Locks work. For most applications, a well-placed mutex or read-write lock is the correct solution. But locks have fundamental limitations:

ProblemDescription
BlockingA thread waiting for a lock makes no progress — wasted CPU time
Priority inversionA high-priority thread waits for a low-priority thread holding the lock
ConvoyingThreads line up behind a lock holder, creating a bottleneck
Deadlock riskMultiple locks acquired in different orders cause deadlocks
Not composableTwo lock-based data structures cannot be combined atomically
Fault intoleranceIf a thread holding a lock crashes, all waiters are stuck

Lock-free data structures eliminate these problems by using atomic hardware operations instead of locks.

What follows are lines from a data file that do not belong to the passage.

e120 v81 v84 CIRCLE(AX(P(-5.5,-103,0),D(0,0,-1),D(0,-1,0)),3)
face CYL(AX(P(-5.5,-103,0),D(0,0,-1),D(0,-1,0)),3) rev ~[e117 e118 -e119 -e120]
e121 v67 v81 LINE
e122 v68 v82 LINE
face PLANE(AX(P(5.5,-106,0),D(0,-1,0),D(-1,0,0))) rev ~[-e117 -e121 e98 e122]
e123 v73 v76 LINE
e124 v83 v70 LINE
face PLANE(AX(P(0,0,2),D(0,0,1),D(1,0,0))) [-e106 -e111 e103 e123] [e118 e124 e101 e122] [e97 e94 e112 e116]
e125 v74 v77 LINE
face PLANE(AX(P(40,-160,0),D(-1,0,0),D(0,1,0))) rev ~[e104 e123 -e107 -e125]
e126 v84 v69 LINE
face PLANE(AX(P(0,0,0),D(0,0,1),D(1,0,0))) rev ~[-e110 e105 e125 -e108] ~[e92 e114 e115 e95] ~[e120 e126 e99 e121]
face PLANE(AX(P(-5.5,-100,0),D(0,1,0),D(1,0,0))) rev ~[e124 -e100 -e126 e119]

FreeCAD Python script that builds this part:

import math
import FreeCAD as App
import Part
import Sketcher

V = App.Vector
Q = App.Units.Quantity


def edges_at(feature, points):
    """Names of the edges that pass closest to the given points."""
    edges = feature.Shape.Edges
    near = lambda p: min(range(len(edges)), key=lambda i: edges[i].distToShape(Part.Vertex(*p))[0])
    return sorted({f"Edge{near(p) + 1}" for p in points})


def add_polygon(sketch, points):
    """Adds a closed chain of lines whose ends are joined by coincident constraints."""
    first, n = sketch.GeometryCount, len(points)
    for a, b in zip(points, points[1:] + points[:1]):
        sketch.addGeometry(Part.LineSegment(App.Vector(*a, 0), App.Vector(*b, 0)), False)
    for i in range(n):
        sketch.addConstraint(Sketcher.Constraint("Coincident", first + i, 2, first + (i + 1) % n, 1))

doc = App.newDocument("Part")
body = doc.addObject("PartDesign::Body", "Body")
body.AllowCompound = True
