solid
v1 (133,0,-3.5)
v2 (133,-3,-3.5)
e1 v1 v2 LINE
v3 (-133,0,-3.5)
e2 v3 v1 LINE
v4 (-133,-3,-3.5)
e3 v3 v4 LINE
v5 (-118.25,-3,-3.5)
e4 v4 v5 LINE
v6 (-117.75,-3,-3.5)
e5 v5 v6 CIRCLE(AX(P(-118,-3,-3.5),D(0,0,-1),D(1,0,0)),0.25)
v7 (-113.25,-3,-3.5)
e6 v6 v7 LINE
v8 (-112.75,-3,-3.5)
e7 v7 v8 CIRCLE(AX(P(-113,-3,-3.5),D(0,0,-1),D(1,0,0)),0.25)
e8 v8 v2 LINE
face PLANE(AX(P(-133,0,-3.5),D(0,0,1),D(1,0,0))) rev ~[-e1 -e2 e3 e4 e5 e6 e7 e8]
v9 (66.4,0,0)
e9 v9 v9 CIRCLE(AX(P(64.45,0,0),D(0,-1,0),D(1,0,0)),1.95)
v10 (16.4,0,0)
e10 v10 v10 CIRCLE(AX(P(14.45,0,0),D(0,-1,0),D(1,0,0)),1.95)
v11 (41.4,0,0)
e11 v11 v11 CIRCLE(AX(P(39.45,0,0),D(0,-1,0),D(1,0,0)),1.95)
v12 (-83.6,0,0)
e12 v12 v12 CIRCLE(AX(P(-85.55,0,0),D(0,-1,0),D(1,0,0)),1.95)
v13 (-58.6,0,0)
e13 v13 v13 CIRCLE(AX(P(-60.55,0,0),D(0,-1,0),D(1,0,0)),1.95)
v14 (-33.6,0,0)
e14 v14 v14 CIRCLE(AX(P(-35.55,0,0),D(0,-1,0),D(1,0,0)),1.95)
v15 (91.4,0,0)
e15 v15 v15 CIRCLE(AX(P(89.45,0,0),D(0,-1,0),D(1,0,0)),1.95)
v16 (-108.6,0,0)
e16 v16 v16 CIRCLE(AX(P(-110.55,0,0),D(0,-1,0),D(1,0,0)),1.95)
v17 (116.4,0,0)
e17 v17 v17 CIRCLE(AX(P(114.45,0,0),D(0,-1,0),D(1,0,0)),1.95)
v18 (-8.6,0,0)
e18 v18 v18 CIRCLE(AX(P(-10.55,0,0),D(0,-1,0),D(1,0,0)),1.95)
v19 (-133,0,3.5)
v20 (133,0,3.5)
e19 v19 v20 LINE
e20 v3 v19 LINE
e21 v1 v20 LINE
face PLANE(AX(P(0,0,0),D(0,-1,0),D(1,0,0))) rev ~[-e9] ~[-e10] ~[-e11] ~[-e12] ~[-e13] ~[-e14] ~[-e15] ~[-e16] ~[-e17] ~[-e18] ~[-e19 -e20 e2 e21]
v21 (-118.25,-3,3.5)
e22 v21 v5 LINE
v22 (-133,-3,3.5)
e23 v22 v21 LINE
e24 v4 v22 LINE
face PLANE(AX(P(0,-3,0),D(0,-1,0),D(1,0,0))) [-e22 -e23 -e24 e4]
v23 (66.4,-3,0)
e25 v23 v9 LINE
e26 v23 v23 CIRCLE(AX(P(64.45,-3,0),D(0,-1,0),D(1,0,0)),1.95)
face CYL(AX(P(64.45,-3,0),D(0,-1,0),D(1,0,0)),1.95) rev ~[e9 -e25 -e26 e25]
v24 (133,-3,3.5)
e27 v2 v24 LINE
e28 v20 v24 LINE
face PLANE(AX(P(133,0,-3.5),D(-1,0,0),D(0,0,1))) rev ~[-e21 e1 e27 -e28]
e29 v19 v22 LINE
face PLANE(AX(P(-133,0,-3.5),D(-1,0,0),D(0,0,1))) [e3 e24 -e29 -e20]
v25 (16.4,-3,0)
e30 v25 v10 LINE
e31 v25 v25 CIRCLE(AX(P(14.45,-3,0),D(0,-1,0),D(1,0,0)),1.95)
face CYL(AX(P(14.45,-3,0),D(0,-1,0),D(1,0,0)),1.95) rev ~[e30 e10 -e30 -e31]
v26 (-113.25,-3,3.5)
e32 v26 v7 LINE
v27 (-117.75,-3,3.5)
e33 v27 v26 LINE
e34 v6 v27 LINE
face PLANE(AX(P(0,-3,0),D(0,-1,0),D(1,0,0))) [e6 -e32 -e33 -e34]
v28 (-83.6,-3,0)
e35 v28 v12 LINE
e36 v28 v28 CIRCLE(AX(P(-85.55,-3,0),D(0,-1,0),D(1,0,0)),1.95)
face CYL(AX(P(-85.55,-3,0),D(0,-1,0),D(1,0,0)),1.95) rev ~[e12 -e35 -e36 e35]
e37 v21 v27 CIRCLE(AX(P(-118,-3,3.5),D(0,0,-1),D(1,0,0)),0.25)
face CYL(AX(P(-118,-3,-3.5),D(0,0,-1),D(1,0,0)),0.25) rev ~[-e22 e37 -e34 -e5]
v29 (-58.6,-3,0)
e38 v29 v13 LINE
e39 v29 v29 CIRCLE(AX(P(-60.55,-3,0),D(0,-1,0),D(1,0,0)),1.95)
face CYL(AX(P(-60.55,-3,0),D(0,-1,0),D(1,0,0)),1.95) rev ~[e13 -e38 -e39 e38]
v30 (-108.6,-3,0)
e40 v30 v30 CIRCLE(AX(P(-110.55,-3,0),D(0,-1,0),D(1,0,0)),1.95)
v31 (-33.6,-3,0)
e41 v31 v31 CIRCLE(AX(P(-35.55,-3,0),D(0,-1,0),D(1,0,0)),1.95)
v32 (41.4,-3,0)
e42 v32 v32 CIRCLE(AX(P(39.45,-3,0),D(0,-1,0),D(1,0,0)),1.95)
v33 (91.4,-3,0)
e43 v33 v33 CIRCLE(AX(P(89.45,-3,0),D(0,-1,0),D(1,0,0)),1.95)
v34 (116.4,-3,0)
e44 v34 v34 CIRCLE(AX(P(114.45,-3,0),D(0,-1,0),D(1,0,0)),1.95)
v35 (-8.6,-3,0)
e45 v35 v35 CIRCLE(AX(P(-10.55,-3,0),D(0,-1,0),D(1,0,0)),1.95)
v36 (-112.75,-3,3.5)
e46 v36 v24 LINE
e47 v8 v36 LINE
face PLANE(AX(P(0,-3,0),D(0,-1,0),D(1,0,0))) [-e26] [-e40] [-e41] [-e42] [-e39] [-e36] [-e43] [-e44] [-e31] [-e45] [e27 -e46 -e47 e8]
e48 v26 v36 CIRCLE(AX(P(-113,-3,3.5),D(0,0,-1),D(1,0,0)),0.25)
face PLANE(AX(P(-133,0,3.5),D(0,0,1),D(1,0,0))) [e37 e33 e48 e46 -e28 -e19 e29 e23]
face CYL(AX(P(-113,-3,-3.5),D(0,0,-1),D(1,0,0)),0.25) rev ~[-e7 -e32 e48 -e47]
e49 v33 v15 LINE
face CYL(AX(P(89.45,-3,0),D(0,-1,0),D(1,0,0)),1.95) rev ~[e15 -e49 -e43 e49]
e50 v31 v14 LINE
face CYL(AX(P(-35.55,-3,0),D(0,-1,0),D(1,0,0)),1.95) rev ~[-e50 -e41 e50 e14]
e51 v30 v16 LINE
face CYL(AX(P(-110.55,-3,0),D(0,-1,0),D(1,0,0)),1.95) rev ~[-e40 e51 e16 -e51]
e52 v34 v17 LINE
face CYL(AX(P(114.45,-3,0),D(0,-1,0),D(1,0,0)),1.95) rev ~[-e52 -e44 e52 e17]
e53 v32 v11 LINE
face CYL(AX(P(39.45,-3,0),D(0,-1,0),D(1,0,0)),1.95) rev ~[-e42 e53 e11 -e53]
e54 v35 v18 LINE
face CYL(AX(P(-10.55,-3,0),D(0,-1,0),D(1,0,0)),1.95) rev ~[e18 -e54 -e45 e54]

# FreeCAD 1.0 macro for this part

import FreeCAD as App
import Part
import Sketcher

V = App.Vector
Q = App.Units.Quantity

doc = App.newDocument("Part")
body = doc.addObject("PartDesign::Body", "Body")

sketch1 = body.newObject("Sketcher::SketchObject", "Sketch")
sketch1.AttachmentSupport = (doc.getObject("XZ_Plane"), [""])
sketch1.MapMode = "FlatFace"
sketch1.addGeometry(Part.LineSegment(V(-133, 3.5, 0), V(-133, -3.5, 0)), False)
sketch1.addGeometry(Part.LineSegment(V(-133, -3.5, 0), V(133, -3.5, 0)), False)
sketch1.addGeometry(Part.LineSegment(V(133, -3.5, 0), V(133, 3.5, 0)), False)
sketch1.addGeometry(Part.LineSegment(V(133, 3.5, 0), V(-133, 3.5, 0)), False)
sketch1.addConstraint(Sketcher.Constraint("Coincident", 0, 2, 1, 1))
sketch1.addConstraint(Sketcher.Constraint("Coincident", 1, 2, 2, 1))
sketch1.addConstraint(Sketcher.Constraint("Coincident", 2, 2, 3, 1))
sketch1.addConstraint(Sketcher.Constraint("Coincident", 3, 2, 0, 1))
sketch1.addConstraint(Sketcher.Constraint("Vertical", 0))
sketch1.addConstraint(Sketcher.Constraint("Horizontal", 1))
sketch1.addConstraint(Sketcher.Constraint("Vertical", 2))
sketch1.addConstraint(Sketcher.Constraint("Horizontal", 3))
sketch1.addConstraint(Sketcher.Constraint("Symmetric", 0, 2, 2, 2, -1, 1))
sketch1.addConstraint(Sketcher.Constraint("DistanceX", 1, 1, 1, 2, Q("266 mm")))
sketch1.addConstraint(Sketcher.Constraint("DistanceY", 0, 2, 0, 1, Q("7 mm")))
pad1 = body.newObject("PartDesign::Pad", "Pad")
pad1.Profile = sketch1
pad1.Length = 3

sketch2 = body.newObject("Sketcher::SketchObject", "Sketch001")
sketch2.AttachmentSupport = (doc.getObject("XZ_Plane"), [""])
sketch2.MapMode = "FlatFace"
sketch2.AttachmentOffset = App.Placement(V(0, 0, 3), App.Rotation())
sketch2.addGeometry(Part.Circle(V(-110.55, 0, 0), V(0, 0, 1), 1.95), False)
sketch2.addGeometry(Part.Circle(V(-85.55, 0, 0), V(0, 0, 1), 1.95), False)
sketch2.addGeometry(Part.Circle(V(-60.55, 0, 0), V(0, 0, 1), 1.95), False)
sketch2.addGeometry(Part.Circle(V(-35.55, 0, 0), V(0, 0, 1), 1.95), False)
sketch2.addGeometry(Part.Circle(V(-10.55, 0, 0), V(0, 0, 1), 1.95), False)
sketch2.addGeometry(Part.Circle(V(14.45, 0, 0), V(0, 0, 1), 1.95), False)
sketch2.addGeometry(Part.Circle(V(39.45, 0, 0), V(0, 0, 1), 1.95), False)
sketch2.addGeometry(Part.Circle(V(64.45, 0, 0), V(0, 0, 1), 1.95), False)
sketch2.addGeometry(Part.Circle(V(89.45, 0, 0), V(0, 0, 1), 1.95), False)
sketch2.addGeometry(Part.Circle(V(114.45, 0, 0), V(0, 0, 1), 1.95), False)
sketch2.addConstraint(Sketcher.Constraint("Equal", 0, 1))
sketch2.addConstraint(Sketcher.Constraint("Equal", 1, 2))
sketch2.addConstraint(Sketcher.Constraint("Equal", 2, 3))
sketch2.addConstraint(Sketcher.Constraint("Equal", 3, 4))
sketch2.addConstraint(Sketcher.Constraint("Equal", 4, 5))
sketch2.addConstraint(Sketcher.Constraint("Equal", 5, 6))
sketch2.addConstraint(Sketcher.Constraint("Equal", 6, 7))
sketch2.addConstraint(Sketcher.Constraint("Equal", 7, 8))
sketch2.addConstraint(Sketcher.Constraint("Equal", 8, 9))
sketch2.addConstraint(Sketcher.Constraint("PointOnObject", 0, 3, -1))
sketch2.addConstraint(Sketcher.Constraint("PointOnObject", 1, 3, -1))
sketch2.addConstraint(Sketcher.Constraint("PointOnObject", 2, 3, -1))
sketch2.addConstraint(Sketcher.Constraint("PointOnObject", 3, 3, -1))
sketch2.addConstraint(Sketcher.Constraint("PointOnObject", 4, 3, -1))
sketch2.addConstraint(Sketcher.Constraint("PointOnObject", 5, 3, -1))
sketch2.addConstraint(Sketcher.Constraint("PointOnObject", 6, 3, -1))
sketch2.addConstraint(Sketcher.Constraint("PointOnObject", 7, 3, -1))
sketch2.addConstraint(Sketcher.Constraint("PointOnObject", 8, 3, -1))
sketch2.addConstraint(Sketcher.Constraint("PointOnObject", 9, 3, -1))
sketch2.addConstraint(Sketcher.Constraint("Diameter", 0, Q("3.9 mm")))
sketch2.addConstraint(Sketcher.Constraint("DistanceX", 0, 3, 1, 3, Q("25 mm")))
sketch2.addConstraint(Sketcher.Constraint("DistanceX", 1, 3, 2, 3, Q("25 mm")))
sketch2.addConstraint(Sketcher.Constraint("DistanceX", 2, 3, 3, 3, Q("25 mm")))
sketch2.addConstraint(Sketcher.Constraint("DistanceX", 3, 3, 4, 3, Q("25 mm")))
sketch2.addConstraint(Sketcher.Constraint("DistanceX", 4, 3, 5, 3, Q("25 mm")))
sketch2.addConstraint(Sketcher.Constraint("DistanceX", 5, 3, 6, 3, Q("25 mm")))
sketch2.addConstraint(Sketcher.Constraint("DistanceX", 6, 3, 7, 3, Q("25 mm")))
sketch2.addConstraint(Sketcher.Constraint("DistanceX", 7, 3, 8, 3, Q("25 mm")))
sketch2.addConstraint(Sketcher.Constraint("DistanceX", 8, 3, 9, 3, Q("25 mm")))
sketch2.addConstraint(Sketcher.Constraint("DistanceX", 0, 3, -1, 1, Q("110.55 mm")))
pocket1 = body.newObject("PartDesign::Pocket", "Pocket")
pocket1.Profile = sketch2
pocket1.Type = "ThroughAll"

sketch3 = body.newObject("Sketcher::SketchObject", "Sketch002")
sketch3.AttachmentSupport = (doc.getObject("XY_Plane"), [""])
sketch3.MapMode = "FlatFace"
sketch3.AttachmentOffset = App.Placement(V(0, 0, -3.5), App.Rotation())
sketch3.addGeometry(Part.Circle(V(-118, -3, 0), V(0, 0, 1), 0.25), False)
sketch3.addGeometry(Part.Circle(V(-113, -3, 0), V(0, 0, 1), 0.25), False)
sketch3.addConstraint(Sketcher.Constraint("Equal", 0, 1))
sketch3.addConstraint(Sketcher.Constraint("Horizontal", 0, 3, 1, 3))
sketch3.addConstraint(Sketcher.Constraint("Diameter", 0, Q("0.5 mm")))
sketch3.addConstraint(Sketcher.Constraint("DistanceX", 0, 3, -1, 1, Q("118 mm")))
sketch3.addConstraint(Sketcher.Constraint("DistanceY", 0, 3, -1, 1, Q("3 mm")))
sketch3.addConstraint(Sketcher.Constraint("DistanceX", 1, 3, -1, 1, Q("113 mm")))
pocket2 = body.newObject("PartDesign::Pocket", "Pocket001")
pocket2.Profile = sketch3
pocket2.Type = "ThroughAll"
pocket2.Reversed = True

doc.recompute()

They guarantee that at least one thread in the system always makes progress — even if other threads are suspended, crash, or are preempted.

Progress Guarantees

GuaranteeDefinitionPractical Use
Wait-freeEvery operation completes in a bounded number of stepsReal-time systems, hard deadlines
Lock-freeAt least one thread always makes progressHigh-performance servers, kernel data structures
Obstruction-freeA thread completes if no other thread interferesTheoretical interest, rarely used alone
BlockingNo progress guarantee — threads can wait indefinitelyMost application code (mutexes, semaphores)

Compare-And-Swap (CAS)

CAS is the fundamental building block of lock-free algorithms. It is a hardware-level atomic operation that compares a memory location with an expected value and, only if they match, replaces it with a new value — all in a single atomic step.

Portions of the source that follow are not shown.